(Saved entries)
○ ○ ○ ○
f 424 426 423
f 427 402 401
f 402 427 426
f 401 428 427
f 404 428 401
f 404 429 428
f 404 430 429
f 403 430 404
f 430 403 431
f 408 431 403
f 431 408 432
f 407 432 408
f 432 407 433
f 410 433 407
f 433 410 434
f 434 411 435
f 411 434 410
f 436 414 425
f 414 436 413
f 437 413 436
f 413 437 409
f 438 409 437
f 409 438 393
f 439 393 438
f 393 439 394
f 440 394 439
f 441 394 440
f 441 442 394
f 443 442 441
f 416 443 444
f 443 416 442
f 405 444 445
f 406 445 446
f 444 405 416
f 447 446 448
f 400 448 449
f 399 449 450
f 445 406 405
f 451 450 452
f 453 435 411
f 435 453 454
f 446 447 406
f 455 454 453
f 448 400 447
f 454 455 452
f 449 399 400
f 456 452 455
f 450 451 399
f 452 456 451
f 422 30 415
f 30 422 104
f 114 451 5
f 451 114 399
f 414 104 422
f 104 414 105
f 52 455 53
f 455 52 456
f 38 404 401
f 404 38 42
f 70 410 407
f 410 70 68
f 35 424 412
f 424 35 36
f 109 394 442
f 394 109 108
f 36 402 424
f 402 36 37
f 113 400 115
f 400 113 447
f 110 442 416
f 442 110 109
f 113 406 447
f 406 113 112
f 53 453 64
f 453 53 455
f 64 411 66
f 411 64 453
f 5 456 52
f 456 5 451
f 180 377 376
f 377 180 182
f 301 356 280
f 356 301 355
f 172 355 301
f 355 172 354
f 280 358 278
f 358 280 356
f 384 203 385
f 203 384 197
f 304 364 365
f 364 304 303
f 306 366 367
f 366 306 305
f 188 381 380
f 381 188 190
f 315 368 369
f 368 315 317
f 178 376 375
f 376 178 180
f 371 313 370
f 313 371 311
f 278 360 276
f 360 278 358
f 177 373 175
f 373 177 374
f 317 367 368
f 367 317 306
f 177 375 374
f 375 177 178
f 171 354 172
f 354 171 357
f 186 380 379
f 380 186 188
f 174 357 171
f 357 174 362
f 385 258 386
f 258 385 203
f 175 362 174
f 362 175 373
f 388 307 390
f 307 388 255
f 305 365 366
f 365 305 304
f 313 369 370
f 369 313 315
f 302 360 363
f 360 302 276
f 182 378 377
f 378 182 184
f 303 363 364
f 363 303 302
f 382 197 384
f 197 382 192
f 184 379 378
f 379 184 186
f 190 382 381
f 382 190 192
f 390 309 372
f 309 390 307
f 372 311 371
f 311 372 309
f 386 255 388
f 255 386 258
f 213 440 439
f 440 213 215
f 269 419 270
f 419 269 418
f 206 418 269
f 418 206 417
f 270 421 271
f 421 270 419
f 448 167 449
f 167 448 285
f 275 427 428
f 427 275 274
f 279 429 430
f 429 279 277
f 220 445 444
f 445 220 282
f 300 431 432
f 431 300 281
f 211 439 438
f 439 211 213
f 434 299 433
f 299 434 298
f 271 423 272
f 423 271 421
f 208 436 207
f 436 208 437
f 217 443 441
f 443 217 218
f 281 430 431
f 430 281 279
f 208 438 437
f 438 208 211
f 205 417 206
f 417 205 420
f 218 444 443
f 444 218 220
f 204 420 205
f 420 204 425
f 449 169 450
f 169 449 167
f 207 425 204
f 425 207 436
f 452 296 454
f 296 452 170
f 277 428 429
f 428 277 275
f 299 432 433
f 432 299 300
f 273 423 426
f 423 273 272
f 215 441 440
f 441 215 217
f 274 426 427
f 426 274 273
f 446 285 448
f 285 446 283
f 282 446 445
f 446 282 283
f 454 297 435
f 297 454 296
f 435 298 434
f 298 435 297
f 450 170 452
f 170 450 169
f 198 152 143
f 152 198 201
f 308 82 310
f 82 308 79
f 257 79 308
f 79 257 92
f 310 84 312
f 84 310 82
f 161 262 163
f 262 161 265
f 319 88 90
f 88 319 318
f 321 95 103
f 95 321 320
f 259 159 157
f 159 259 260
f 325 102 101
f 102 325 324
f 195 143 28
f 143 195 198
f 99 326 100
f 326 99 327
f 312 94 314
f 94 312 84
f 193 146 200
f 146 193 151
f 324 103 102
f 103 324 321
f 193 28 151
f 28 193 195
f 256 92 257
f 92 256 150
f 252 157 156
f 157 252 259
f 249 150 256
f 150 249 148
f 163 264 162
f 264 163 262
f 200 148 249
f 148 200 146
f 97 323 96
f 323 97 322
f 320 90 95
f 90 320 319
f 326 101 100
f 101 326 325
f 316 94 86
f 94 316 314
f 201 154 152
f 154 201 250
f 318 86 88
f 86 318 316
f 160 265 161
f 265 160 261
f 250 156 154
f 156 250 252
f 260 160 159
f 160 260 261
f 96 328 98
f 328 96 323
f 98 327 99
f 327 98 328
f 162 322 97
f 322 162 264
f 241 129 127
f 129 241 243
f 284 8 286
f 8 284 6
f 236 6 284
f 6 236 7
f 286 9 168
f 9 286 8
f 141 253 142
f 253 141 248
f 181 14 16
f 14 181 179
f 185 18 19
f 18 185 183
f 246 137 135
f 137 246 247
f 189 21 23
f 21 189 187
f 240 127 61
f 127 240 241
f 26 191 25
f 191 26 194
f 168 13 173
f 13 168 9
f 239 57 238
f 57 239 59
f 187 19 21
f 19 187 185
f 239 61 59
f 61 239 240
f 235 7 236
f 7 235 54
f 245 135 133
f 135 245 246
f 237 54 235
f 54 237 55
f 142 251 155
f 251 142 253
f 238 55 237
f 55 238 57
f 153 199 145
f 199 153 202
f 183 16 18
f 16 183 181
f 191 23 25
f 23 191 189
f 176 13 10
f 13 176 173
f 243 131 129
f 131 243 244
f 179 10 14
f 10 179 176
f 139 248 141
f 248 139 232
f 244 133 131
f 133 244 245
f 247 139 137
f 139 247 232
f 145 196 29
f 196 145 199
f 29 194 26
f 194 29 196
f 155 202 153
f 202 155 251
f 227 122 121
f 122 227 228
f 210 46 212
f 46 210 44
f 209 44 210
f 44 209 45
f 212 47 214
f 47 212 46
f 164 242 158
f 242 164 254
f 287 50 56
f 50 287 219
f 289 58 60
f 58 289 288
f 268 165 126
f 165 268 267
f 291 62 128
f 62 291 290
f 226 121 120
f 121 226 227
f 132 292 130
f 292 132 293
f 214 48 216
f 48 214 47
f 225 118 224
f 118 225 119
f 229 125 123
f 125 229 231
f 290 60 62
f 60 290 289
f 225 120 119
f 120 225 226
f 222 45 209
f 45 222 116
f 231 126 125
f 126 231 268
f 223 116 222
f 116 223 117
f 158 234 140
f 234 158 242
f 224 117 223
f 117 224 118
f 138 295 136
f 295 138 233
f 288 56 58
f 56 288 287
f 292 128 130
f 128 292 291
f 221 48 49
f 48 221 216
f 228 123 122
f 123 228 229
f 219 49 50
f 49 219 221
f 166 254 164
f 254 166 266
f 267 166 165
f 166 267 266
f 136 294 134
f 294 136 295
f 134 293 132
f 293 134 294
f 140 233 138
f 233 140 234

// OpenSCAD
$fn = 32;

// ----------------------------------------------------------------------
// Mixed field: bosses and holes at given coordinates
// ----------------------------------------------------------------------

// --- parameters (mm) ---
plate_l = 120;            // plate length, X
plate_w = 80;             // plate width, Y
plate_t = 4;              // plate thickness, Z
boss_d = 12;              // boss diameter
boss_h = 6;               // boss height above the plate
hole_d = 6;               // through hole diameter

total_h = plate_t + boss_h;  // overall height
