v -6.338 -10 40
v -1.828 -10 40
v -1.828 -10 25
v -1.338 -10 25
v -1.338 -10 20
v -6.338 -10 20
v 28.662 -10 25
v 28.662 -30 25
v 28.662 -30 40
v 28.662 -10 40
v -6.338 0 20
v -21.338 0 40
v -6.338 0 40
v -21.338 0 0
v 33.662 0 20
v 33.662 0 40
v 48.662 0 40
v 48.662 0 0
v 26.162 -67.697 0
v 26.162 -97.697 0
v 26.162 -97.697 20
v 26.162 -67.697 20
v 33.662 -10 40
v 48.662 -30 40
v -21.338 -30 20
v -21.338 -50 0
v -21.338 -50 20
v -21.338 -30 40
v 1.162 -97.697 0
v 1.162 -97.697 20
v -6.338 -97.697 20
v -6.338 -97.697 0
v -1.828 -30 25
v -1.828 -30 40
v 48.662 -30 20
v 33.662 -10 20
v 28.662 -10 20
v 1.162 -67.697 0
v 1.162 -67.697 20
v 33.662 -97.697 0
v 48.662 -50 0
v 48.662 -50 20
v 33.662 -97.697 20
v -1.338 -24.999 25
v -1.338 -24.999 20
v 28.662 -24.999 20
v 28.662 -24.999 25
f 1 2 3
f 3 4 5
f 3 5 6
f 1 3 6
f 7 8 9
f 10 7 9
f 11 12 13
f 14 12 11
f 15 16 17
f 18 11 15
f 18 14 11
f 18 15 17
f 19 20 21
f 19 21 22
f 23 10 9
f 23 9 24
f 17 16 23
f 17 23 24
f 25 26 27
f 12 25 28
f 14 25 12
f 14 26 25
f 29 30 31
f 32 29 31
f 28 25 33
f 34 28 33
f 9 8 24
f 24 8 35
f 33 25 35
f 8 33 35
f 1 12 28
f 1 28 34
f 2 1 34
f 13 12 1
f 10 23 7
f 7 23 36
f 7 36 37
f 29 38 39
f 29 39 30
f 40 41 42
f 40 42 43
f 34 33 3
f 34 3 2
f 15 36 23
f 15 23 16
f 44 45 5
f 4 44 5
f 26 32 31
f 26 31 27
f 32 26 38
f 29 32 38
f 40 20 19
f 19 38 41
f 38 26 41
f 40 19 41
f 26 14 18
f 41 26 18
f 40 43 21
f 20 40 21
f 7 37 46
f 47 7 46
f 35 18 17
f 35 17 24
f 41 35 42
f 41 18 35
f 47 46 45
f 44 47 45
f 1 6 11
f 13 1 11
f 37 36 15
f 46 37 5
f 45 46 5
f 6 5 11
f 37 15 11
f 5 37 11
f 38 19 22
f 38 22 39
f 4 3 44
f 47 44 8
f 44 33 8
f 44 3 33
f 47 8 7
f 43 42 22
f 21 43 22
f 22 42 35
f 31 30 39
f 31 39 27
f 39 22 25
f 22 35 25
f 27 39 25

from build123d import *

# Parameters (mm, degrees)
BOSS_EXTRUDE1_DEPTH = 20
SKETCH2_W           = 15
SKETCH2_H           = 10
BOSS_EXTRUDE3_DEPTH = 40
BOSS_EXTRUDE5_DEPTH = 40
SKETCH6_W           = 30
SKETCH6_H           = 15
CUT_EXTRUDE2_DEPTH  = 40
SKETCH8_W           = 0.49
SKETCH8_H           = 15
CUT_EXTRUDE4_DEPTH  = 40


with BuildPart() as part:
    # Sketch1 → Boss-Extrude1 (new body)
    with BuildSketch(Plane.XY):
        Polygon((26.1619919, -97.696960071), (26.1619919, -67.696960071), (1.1619919, -67.696960071), (1.1619919, -97.696960071), (-6.3380081, -97.696960071), (-21.3380081, -50), (-21.3380081, 0), (48.6619919, 0), (48.6619919, -50), (33.6619919, -97.696960071), align=None)
    extrude(amount=BOSS_EXTRUDE1_DEPTH)

    # Sketch2 → Boss-Extrude3 (add)
    with BuildSketch(Plane.XY):
        with Locations((41.1619919, -5)):
            Rectangle(SKETCH2_W, SKETCH2_H)
        with Locations((-13.8380081, -5)):
            Rectangle(SKETCH2_W, SKETCH2_H)
    extrude(amount=BOSS_EXTRUDE3_DEPTH)

    # Sketch4 → Boss-Extrude5 (add)
    with BuildSketch(Plane.XY):
        Polygon((-21.3380081, -30), (48.6619919, -30), (48.6619919, -10), (28.6619919, -10), (28.6619919, -24.999154542), (13.6619919, -24.999154542), (-1.3380081, -24.999154542), (-1.3380081, -10), (-21.3380081, -10), align=None)
    extrude(amount=BOSS_EXTRUDE5_DEPTH)

    # Sketch6 → Cut-Extrude2 (cut)
    with BuildSketch(Plane.XZ.offset(30)):
        with Locations((13.172194731, 32.5)):
            Rectangle(SKETCH6_W, SKETCH6_H)
    extrude(amount=-CUT_EXTRUDE2_DEPTH, mode=Mode.SUBTRACT)

    # Sketch8 → Cut-Extrude4 (cut)
    with BuildSketch(Plane.XZ.offset(30)):
        with Locations((28.417194731, 32.5)):
            Rectangle(SKETCH8_W, SKETCH8_H)
    extrude(amount=-CUT_EXTRUDE4_DEPTH, mode=Mode.SUBTRACT)


solid = part.part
○ ○ ○ ○
#### Assigned task
Starting at the line above that contains "f 288 56 58", repeat each line exactly up to and including the line that contains "v -6.338 -10 40", and stop there.

#### Solution to the exercise
f 288 56 58
f 56 288 287
f 292 128 130
f 128 292 291
f 221 48 49
f 48 221 216
f 228 123 122
f 123 228 229
f 219 49 50
f 49 219 221
f 166 254 164
f 254 166 266
f 267 166 165
f 166 267 266
f 136 294 134
f 294 136 295
f 134 293 132
f 293 134 294
f 140 233 138
f 233 140 234

// OpenSCAD
$fn = 32;

// ----------------------------------------------------------------------
// Mixed field: bosses and holes at given coordinates
// ----------------------------------------------------------------------

// --- parameters (mm) ---
plate_l = 120;            // plate length, X
plate_w = 80;             // plate width, Y
plate_t = 4;              // plate thickness, Z
boss_d = 12;              // boss diameter
boss_h = 6;               // boss height above the plate
hole_d = 6;               // through hole diameter

total_h = plate_t + boss_h;  // overall height
v -6.338 -10 40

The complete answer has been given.